By Nancy Bernhard
What’s the difference between writing history and writing historical fiction? As an historian turned novelist, I bring the same love of research and discovery to each project. I respect facts and timelines in my fiction, but when evidence ends, imagination steps in and I invent freely.
My novel The Double Standard Sporting House is set in an elite brothel in 1868 New York. At that time there were more than 500 brothels in the city, from dirt cheap and risky to wildly expensive and elegant, but we have very little evidence about the women working in any of them. The few contemporary studies reek of moral hypocrisy and the sexual double standard.
The women of premium brothels had intimate access to the most powerful men in the city, members of the corrupt Tammany Hall political machine at the height of its power. I chose this setting because I wanted to set the power of intimacy, compassion, and community against that based in competition, violence, and exploitation. My heroine is a healer who runs the brothel to fund her clinic for women, and to practice medicine as she sees fit.

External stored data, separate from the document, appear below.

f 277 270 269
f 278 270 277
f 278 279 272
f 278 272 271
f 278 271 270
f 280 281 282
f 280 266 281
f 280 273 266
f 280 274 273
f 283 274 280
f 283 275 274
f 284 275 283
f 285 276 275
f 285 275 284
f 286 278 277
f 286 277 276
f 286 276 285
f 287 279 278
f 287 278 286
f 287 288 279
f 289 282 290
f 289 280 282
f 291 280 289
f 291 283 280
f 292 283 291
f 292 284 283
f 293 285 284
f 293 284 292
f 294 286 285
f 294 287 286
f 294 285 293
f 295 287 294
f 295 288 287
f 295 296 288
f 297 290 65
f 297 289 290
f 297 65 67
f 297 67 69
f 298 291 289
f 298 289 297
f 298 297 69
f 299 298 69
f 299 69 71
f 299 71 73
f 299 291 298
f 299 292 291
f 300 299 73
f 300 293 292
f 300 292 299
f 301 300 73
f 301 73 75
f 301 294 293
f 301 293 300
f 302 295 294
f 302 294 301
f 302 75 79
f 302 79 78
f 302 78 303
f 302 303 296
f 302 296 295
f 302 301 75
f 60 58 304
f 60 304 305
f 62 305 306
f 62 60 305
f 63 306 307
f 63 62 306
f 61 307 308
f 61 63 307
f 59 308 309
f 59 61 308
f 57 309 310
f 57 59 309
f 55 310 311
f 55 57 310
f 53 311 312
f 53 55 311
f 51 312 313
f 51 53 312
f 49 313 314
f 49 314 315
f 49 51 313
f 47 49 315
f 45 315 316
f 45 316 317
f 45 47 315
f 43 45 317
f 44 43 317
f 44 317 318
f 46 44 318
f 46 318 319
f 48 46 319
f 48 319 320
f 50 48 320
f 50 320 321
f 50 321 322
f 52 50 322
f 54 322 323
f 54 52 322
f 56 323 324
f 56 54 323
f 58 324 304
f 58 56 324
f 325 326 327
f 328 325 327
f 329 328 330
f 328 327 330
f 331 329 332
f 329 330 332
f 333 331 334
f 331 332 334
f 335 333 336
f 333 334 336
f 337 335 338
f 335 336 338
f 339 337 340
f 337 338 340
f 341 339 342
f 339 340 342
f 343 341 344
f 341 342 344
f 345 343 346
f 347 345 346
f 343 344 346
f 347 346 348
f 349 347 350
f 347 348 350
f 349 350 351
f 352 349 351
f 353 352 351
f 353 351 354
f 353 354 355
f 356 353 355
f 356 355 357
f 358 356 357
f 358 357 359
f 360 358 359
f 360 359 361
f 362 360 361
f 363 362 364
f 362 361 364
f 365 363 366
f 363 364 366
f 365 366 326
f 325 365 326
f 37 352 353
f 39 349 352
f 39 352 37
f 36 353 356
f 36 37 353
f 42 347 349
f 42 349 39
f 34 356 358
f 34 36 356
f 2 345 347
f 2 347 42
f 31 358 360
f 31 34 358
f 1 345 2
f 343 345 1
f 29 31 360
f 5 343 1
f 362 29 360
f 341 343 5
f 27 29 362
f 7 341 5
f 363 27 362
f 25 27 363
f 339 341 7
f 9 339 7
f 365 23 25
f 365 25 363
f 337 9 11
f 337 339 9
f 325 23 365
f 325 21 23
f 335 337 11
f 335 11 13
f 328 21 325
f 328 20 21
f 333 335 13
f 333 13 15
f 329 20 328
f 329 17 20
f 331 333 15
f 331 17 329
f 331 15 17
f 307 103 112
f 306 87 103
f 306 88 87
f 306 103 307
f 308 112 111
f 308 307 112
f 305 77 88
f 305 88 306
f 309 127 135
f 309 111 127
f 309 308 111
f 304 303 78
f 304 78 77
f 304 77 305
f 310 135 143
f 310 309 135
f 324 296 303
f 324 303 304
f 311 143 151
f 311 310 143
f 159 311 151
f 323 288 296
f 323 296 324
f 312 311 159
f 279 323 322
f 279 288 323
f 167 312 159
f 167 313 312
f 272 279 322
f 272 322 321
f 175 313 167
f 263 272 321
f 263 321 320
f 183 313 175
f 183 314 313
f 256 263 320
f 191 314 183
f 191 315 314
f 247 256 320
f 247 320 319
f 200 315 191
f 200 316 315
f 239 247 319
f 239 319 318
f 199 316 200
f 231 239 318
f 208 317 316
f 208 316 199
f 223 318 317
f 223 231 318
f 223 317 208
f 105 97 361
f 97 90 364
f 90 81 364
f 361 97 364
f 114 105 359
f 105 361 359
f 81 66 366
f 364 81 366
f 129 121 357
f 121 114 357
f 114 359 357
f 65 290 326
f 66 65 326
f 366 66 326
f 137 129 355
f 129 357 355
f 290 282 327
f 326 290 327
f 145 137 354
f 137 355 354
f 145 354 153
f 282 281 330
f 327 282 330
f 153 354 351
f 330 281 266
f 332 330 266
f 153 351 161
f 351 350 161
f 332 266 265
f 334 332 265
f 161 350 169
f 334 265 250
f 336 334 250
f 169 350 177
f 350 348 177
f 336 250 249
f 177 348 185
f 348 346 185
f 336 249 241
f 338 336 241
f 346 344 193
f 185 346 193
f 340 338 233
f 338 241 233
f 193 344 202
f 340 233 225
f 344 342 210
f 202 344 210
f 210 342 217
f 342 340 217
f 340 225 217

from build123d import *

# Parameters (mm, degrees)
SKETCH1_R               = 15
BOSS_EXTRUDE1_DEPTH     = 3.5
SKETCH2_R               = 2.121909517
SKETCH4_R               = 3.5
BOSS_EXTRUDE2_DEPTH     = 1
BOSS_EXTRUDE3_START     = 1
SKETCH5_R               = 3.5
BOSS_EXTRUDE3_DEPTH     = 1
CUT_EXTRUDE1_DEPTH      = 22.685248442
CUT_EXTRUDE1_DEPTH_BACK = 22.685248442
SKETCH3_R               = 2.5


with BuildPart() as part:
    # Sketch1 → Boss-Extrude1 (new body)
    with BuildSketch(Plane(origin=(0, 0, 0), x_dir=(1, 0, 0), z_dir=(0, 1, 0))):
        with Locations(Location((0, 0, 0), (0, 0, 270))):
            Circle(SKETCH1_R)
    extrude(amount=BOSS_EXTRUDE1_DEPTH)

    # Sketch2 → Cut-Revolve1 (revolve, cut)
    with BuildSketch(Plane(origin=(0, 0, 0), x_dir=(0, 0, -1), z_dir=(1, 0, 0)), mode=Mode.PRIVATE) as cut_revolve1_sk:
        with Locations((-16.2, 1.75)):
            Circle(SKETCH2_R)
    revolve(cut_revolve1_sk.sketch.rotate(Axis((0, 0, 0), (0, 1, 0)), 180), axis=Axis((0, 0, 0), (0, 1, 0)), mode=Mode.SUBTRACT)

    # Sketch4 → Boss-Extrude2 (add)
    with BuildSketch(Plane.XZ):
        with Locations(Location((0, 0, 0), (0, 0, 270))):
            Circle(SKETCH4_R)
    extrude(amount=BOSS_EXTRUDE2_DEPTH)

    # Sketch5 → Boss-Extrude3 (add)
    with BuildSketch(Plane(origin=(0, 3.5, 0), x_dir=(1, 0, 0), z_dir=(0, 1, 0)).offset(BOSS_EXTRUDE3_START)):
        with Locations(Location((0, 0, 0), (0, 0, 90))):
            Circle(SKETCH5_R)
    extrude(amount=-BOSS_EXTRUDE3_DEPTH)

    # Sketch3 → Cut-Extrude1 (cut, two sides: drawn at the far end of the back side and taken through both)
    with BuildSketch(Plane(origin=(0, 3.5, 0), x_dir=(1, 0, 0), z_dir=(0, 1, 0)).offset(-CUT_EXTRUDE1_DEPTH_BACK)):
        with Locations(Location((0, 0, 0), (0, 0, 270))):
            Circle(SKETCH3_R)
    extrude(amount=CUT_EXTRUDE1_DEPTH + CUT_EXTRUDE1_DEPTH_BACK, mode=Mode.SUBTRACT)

My first question when researching 19th century prostitutes was: who were they? Many thousands scraping by as housemaids or needleworkers did it to supplement meager wages. 30% of women at that time did occasional sex work just to get by! In contrast, 1-2% of women do sex work today when we have access to many more kinds of employment.
Educated or middle-class girls most often found themselves in prostitution because they were seduced and abandoned, or raped. Cast out or ashamed, unable to return to their families or homes, it was often their only option, and it could be very lucrative. Apart from going on stage or trading stocks, owning a brothel was the only way for a single woman to gain property or earn a fortune.
I chose 1868 because of one half-line in historian Marilyn Wood Hill’s book Their Sisters’ Keepers: Prostitution in New York City, 1830-1870, describing “a brief but unique era when prostitution was managed predominantly by females.” That era ended when the Tammany Hall political machine gained control of the sex trade through trafficking and exploitation, which seeded my plot and antagonists.
I searched for evidence of these female entrepreneurs, but deep sources always came from the wrong place or time. Abbott Kahler’s delightful Sin in the Second City about a Chicago brothel in the early 20th century inspired some fun details. I thought I’d found a fascinating memoir by a madam called Nell Kimball who ran a house in 19th century St. Louis, but it turned out to be a fabrication—a complete fraud—by prolific author Stephen Longstreet.
Having read about 100 books on 19th century prostitution, women’s health, and Tammany Hall, I told as layered and authentic a story as I was able. You might say such thorough research only provides the backdrop to story and character, which do indeed come first in a novel. But a story and characters often resonate because they’re rooted in good history.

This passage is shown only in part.